[Dataset entries]

* * *

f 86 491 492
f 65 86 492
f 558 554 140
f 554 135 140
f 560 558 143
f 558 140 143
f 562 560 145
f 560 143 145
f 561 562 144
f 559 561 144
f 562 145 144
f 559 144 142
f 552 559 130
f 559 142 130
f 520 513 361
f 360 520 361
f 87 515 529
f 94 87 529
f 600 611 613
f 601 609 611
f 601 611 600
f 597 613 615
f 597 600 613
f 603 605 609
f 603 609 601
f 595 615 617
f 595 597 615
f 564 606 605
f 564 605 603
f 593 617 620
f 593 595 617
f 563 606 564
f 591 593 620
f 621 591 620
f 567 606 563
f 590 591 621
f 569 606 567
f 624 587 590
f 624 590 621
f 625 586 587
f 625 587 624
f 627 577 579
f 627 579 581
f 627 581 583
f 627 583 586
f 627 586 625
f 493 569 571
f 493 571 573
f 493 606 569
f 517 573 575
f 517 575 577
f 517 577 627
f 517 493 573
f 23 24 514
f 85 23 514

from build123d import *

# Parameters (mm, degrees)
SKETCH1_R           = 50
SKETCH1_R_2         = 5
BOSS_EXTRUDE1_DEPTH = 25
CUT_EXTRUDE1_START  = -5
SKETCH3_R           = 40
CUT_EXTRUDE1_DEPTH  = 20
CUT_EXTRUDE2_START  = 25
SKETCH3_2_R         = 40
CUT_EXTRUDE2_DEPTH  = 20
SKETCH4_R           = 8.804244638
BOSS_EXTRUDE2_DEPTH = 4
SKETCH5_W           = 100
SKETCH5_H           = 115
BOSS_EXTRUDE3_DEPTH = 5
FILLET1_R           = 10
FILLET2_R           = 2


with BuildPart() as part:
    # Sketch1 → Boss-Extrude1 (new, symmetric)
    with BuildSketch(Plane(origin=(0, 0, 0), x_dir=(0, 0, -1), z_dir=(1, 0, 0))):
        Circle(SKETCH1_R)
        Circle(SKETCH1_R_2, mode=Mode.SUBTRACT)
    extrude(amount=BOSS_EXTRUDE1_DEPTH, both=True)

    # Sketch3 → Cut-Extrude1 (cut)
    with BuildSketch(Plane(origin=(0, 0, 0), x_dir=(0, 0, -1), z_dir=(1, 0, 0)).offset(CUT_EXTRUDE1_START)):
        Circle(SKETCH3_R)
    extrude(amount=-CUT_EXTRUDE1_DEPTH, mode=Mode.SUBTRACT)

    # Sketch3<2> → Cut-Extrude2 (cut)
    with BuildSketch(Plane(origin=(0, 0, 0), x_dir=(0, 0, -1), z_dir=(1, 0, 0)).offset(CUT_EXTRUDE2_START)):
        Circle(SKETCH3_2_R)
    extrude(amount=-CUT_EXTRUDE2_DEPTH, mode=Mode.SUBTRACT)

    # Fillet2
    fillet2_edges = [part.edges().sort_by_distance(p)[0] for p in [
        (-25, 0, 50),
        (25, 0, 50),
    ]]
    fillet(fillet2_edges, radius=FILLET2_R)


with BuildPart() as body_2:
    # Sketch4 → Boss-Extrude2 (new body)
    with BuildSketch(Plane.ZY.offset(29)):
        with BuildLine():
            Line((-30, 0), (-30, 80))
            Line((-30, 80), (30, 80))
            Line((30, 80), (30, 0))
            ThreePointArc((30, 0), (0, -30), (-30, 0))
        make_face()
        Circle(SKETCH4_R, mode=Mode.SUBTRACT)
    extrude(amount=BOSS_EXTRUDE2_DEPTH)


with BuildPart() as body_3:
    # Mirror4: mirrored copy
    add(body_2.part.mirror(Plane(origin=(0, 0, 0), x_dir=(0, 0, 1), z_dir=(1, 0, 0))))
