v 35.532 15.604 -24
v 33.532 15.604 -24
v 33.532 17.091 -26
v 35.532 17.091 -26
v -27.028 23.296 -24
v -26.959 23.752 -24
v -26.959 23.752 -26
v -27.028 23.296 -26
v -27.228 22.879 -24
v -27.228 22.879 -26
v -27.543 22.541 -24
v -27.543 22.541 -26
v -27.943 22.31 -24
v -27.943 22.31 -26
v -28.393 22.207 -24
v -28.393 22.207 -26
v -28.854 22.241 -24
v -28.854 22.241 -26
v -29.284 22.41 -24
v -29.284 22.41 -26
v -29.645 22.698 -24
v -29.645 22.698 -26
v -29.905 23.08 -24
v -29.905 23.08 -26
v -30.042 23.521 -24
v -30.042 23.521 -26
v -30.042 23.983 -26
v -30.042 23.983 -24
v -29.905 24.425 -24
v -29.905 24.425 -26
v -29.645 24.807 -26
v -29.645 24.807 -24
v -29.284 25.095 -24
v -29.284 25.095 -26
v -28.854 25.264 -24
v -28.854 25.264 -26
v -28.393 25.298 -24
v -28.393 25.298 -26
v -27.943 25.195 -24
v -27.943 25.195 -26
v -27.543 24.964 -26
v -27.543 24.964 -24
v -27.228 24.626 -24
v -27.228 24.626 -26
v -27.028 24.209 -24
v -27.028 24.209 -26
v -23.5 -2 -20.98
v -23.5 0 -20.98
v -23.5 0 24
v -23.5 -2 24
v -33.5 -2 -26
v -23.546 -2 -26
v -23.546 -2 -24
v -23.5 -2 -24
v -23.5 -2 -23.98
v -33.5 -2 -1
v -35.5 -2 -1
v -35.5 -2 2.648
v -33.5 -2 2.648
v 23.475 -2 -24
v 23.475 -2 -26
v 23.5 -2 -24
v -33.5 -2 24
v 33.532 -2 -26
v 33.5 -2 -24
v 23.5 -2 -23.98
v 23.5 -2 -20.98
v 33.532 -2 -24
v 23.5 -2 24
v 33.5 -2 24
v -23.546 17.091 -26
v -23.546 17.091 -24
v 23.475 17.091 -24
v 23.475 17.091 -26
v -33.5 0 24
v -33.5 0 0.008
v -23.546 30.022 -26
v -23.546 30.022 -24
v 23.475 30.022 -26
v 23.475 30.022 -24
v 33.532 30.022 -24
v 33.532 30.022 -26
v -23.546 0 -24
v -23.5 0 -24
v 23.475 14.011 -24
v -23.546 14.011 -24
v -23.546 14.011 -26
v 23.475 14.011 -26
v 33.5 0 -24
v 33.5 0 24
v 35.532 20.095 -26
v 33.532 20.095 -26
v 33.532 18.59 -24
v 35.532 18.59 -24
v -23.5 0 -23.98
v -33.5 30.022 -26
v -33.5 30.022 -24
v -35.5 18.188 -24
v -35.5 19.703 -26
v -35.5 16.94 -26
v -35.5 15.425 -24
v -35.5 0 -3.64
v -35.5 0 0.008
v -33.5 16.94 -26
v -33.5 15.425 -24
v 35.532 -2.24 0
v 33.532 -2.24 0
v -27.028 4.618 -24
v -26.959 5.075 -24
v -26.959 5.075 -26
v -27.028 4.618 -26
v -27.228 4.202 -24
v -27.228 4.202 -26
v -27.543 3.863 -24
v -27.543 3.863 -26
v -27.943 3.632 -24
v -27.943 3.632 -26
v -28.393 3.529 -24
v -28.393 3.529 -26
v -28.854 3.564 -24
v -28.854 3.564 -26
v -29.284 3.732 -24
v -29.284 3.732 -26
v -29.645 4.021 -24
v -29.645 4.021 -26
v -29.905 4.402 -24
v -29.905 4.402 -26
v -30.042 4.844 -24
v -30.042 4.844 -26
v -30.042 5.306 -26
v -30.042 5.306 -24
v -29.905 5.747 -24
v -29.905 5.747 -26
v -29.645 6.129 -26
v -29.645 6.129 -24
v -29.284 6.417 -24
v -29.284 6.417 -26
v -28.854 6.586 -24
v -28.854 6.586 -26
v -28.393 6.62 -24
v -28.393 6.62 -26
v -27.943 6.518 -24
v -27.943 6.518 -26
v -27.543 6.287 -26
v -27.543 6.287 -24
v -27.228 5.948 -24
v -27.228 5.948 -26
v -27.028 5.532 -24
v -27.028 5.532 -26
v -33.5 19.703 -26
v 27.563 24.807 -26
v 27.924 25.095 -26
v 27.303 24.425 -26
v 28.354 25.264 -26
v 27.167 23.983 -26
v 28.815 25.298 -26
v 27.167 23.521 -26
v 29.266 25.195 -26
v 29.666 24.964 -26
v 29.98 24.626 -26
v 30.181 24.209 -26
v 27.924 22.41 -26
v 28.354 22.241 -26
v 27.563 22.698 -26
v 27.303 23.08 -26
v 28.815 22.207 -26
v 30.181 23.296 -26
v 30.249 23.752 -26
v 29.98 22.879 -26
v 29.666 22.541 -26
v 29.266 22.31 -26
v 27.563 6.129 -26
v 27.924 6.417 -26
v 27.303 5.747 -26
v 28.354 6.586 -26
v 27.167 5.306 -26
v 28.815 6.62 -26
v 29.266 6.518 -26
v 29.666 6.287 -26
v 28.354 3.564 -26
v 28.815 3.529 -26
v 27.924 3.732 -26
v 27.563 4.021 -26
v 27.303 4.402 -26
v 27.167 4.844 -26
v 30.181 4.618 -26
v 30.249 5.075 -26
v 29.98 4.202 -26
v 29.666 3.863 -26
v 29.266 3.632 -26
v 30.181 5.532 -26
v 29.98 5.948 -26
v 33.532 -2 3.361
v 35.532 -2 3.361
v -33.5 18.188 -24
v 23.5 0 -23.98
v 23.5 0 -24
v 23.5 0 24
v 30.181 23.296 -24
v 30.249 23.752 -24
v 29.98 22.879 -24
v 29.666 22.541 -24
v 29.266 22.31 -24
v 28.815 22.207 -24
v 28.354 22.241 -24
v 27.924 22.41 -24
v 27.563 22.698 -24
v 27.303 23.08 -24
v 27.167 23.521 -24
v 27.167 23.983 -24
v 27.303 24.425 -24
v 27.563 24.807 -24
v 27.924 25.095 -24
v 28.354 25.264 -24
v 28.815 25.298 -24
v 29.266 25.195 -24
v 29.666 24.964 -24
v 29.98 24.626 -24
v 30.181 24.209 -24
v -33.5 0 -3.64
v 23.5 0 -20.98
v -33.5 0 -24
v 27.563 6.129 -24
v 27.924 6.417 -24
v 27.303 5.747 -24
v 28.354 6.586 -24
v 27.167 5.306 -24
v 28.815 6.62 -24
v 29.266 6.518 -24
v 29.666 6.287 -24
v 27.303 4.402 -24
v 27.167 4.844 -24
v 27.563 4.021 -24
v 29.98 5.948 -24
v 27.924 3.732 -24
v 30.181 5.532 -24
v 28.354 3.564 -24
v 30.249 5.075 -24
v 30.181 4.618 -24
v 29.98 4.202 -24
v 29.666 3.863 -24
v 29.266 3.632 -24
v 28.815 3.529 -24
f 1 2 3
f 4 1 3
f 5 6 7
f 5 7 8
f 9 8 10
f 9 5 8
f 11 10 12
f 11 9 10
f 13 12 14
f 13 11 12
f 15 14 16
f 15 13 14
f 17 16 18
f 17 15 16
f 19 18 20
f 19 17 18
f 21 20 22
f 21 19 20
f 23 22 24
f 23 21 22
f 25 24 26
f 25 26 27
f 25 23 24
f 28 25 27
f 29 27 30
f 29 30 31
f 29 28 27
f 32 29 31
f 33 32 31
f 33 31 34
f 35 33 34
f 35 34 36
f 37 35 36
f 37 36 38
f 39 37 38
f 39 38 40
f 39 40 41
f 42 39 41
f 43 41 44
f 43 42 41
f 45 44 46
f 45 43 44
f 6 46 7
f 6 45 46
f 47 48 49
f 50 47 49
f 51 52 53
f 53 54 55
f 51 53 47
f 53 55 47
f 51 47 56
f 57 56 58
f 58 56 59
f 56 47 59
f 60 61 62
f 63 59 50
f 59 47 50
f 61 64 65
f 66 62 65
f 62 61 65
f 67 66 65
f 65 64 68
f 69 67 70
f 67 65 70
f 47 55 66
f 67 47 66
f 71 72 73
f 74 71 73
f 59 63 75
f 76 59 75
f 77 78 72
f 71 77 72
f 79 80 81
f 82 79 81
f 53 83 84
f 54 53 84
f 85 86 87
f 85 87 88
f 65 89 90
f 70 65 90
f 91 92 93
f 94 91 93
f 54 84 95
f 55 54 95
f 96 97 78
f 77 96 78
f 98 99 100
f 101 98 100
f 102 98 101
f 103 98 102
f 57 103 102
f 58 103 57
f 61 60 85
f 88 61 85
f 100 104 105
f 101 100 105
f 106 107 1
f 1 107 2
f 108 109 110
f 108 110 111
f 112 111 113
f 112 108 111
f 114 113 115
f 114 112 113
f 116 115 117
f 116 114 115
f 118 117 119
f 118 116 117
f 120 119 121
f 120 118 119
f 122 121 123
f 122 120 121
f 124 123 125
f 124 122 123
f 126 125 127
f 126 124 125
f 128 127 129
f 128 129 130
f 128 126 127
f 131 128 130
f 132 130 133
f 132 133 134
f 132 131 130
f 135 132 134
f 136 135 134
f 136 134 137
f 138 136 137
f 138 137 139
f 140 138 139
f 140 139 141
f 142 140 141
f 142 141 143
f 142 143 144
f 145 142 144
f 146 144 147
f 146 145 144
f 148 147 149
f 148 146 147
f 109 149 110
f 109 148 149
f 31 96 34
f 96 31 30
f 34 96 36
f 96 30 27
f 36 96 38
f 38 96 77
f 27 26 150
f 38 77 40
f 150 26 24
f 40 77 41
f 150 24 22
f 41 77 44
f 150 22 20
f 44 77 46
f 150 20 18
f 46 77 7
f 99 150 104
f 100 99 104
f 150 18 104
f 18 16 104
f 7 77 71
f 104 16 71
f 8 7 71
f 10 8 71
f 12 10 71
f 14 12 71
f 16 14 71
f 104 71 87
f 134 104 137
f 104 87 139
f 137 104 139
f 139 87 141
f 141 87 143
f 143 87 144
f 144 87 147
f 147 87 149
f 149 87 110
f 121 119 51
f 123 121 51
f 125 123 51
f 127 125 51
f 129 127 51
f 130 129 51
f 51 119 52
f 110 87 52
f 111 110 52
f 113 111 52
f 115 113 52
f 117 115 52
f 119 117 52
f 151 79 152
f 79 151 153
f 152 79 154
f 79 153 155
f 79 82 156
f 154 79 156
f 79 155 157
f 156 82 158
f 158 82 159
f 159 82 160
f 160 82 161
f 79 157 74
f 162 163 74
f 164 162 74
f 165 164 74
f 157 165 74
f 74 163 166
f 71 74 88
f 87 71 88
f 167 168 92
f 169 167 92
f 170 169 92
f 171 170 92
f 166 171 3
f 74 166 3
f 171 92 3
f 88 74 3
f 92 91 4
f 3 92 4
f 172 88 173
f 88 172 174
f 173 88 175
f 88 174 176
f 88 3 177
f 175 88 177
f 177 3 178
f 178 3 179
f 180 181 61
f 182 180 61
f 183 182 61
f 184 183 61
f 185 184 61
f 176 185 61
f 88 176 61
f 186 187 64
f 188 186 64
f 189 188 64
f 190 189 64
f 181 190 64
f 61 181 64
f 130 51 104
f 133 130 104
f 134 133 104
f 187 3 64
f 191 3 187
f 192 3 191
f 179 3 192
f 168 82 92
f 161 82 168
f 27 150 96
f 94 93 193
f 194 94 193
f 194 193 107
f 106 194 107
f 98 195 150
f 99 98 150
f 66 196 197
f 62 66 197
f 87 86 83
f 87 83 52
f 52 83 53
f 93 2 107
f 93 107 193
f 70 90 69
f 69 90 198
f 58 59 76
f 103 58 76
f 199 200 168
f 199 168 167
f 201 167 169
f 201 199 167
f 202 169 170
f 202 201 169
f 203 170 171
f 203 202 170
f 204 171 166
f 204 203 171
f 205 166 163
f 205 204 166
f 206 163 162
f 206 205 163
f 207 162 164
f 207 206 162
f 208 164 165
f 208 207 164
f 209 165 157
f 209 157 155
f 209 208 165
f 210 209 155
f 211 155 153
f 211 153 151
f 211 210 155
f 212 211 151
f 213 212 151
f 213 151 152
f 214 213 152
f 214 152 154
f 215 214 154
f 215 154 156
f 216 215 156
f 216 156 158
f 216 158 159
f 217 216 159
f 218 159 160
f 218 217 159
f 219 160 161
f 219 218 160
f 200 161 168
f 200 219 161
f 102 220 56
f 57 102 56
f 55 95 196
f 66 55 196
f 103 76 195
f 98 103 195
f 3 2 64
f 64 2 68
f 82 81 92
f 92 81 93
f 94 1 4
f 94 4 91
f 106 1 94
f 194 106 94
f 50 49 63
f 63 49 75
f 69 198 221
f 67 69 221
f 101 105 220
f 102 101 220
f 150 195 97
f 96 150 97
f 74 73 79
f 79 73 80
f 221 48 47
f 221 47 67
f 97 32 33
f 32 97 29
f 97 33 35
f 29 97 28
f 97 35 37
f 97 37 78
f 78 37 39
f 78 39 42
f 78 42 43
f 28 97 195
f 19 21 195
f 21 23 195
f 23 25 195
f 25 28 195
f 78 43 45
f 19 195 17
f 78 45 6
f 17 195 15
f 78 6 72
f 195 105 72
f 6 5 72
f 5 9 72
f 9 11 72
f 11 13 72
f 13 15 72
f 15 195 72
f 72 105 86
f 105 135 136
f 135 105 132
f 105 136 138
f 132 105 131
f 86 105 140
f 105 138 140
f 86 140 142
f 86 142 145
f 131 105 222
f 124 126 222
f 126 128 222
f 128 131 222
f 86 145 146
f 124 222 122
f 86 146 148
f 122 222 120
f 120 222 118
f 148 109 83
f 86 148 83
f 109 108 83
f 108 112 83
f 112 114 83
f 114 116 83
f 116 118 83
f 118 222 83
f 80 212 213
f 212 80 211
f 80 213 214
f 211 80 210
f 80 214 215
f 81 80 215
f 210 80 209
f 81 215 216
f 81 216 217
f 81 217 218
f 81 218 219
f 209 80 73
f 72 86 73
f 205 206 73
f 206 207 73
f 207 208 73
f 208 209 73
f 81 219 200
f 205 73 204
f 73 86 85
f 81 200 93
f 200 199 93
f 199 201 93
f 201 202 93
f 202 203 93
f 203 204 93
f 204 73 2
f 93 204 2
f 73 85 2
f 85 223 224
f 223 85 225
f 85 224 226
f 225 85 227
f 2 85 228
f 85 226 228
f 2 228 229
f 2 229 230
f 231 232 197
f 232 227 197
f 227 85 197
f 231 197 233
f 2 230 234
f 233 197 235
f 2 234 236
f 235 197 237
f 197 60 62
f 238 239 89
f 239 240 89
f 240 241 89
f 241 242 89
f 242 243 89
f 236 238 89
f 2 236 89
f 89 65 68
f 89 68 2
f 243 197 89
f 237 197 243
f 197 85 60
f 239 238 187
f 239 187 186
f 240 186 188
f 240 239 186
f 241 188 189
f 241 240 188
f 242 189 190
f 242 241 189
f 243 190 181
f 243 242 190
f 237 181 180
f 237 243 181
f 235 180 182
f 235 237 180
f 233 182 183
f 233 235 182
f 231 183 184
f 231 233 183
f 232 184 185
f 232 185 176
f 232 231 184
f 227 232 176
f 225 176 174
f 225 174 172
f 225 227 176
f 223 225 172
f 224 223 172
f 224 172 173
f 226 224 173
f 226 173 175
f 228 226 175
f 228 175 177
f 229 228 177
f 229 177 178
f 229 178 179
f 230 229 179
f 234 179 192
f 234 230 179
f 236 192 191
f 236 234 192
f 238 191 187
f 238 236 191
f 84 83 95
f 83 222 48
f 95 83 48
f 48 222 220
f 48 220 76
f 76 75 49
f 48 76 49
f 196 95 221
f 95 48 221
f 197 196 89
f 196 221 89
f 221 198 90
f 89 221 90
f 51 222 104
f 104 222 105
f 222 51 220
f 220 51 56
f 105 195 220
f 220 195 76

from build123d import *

# Parameters (mm, degrees)
F1_DEPTH = 2
F2_W     = 48.4285755818
F2_H     = 3
F3_DEPTH = 2
F4_R     = 1.55
F4_W     = 9.9543361962
F4_H     = 2
F4_W_2   = 47.0205396414
F4_H_2   = 3.0802486688
F5_DEPTH = 2
F7_DEPTH = 2
F9_DEPTH = 2


# Not quite as in the source:
# - a feature names something its author has since deleted; it is built from what else it names


with BuildPart() as f1:
    # F0 (on Front) → F1 (new body)
    with BuildSketch(Plane.XZ):
        Polygon((-23.5, 24), (-33.5, 24), (-33.5, -24), (-23.5, -24), (-23.5, -21), (-23.5, 20.9024734795), align=None)
    extrude(amount=F1_DEPTH)



with BuildPart() as f1b:
    # F0 (on Front) → F1, piece 2 (new body)
    with BuildSketch(Plane.XZ):
        Polygon((33.5, 24), (23.5, 24), (23.5, 20.9024734795), (23.5, -21), (23.5, -24), (33.5, -24), align=None)
    extrude(amount=F1_DEPTH)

* * *

- [Your objective]:
Among the lines above, repeat exactly those from the line with "v -33.5 16.94 -26" to the line with "v 27.563 6.129 -24", counting both ends.

- [Exercise result]:
v -33.5 16.94 -26
v -33.5 15.425 -24
v 35.532 -2.24 0
v 33.532 -2.24 0
v -27.028 4.618 -24
v -26.959 5.075 -24
v -26.959 5.075 -26
v -27.028 4.618 -26
v -27.228 4.202 -24
v -27.228 4.202 -26
v -27.543 3.863 -24
v -27.543 3.863 -26
v -27.943 3.632 -24
v -27.943 3.632 -26
v -28.393 3.529 -24
v -28.393 3.529 -26
v -28.854 3.564 -24
v -28.854 3.564 -26
v -29.284 3.732 -24
v -29.284 3.732 -26
v -29.645 4.021 -24
v -29.645 4.021 -26
v -29.905 4.402 -24
v -29.905 4.402 -26
v -30.042 4.844 -24
v -30.042 4.844 -26
v -30.042 5.306 -26
v -30.042 5.306 -24
v -29.905 5.747 -24
v -29.905 5.747 -26
v -29.645 6.129 -26
v -29.645 6.129 -24
v -29.284 6.417 -24
v -29.284 6.417 -26
v -28.854 6.586 -24
v -28.854 6.586 -26
v -28.393 6.62 -24
v -28.393 6.62 -26
v -27.943 6.518 -24
v -27.943 6.518 -26
v -27.543 6.287 -26
v -27.543 6.287 -24
v -27.228 5.948 -24
v -27.228 5.948 -26
v -27.028 5.532 -24
v -27.028 5.532 -26
v -33.5 19.703 -26
v 27.563 24.807 -26
v 27.924 25.095 -26
v 27.303 24.425 -26
v 28.354 25.264 -26
v 27.167 23.983 -26
v 28.815 25.298 -26
v 27.167 23.521 -26
v 29.266 25.195 -26
v 29.666 24.964 -26
v 29.98 24.626 -26
v 30.181 24.209 -26
v 27.924 22.41 -26
v 28.354 22.241 -26
v 27.563 22.698 -26
v 27.303 23.08 -26
v 28.815 22.207 -26
v 30.181 23.296 -26
v 30.249 23.752 -26
v 29.98 22.879 -26
v 29.666 22.541 -26
v 29.266 22.31 -26
v 27.563 6.129 -26
v 27.924 6.417 -26
v 27.303 5.747 -26
v 28.354 6.586 -26
v 27.167 5.306 -26
v 28.815 6.62 -26
v 29.266 6.518 -26
v 29.666 6.287 -26
v 28.354 3.564 -26
v 28.815 3.529 -26
v 27.924 3.732 -26
v 27.563 4.021 -26
v 27.303 4.402 -26
v 27.167 4.844 -26
v 30.181 4.618 -26
v 30.249 5.075 -26
v 29.98 4.202 -26
v 29.666 3.863 -26
v 29.266 3.632 -26
v 30.181 5.532 -26
v 29.98 5.948 -26
v 33.532 -2 3.361
v 35.532 -2 3.361
v -33.5 18.188 -24
v 23.5 0 -23.98
v 23.5 0 -24
v 23.5 0 24
v 30.181 23.296 -24
v 30.249 23.752 -24
v 29.98 22.879 -24
v 29.666 22.541 -24
v 29.266 22.31 -24
v 28.815 22.207 -24
v 28.354 22.241 -24
v 27.924 22.41 -24
v 27.563 22.698 -24
v 27.303 23.08 -24
v 27.167 23.521 -24
v 27.167 23.983 -24
v 27.303 24.425 -24
v 27.563 24.807 -24
v 27.924 25.095 -24
v 28.354 25.264 -24
v 28.815 25.298 -24
v 29.266 25.195 -24
v 29.666 24.964 -24
v 29.98 24.626 -24
v 30.181 24.209 -24
v -33.5 0 -3.64
v 23.5 0 -20.98
v -33.5 0 -24
v 27.563 6.129 -24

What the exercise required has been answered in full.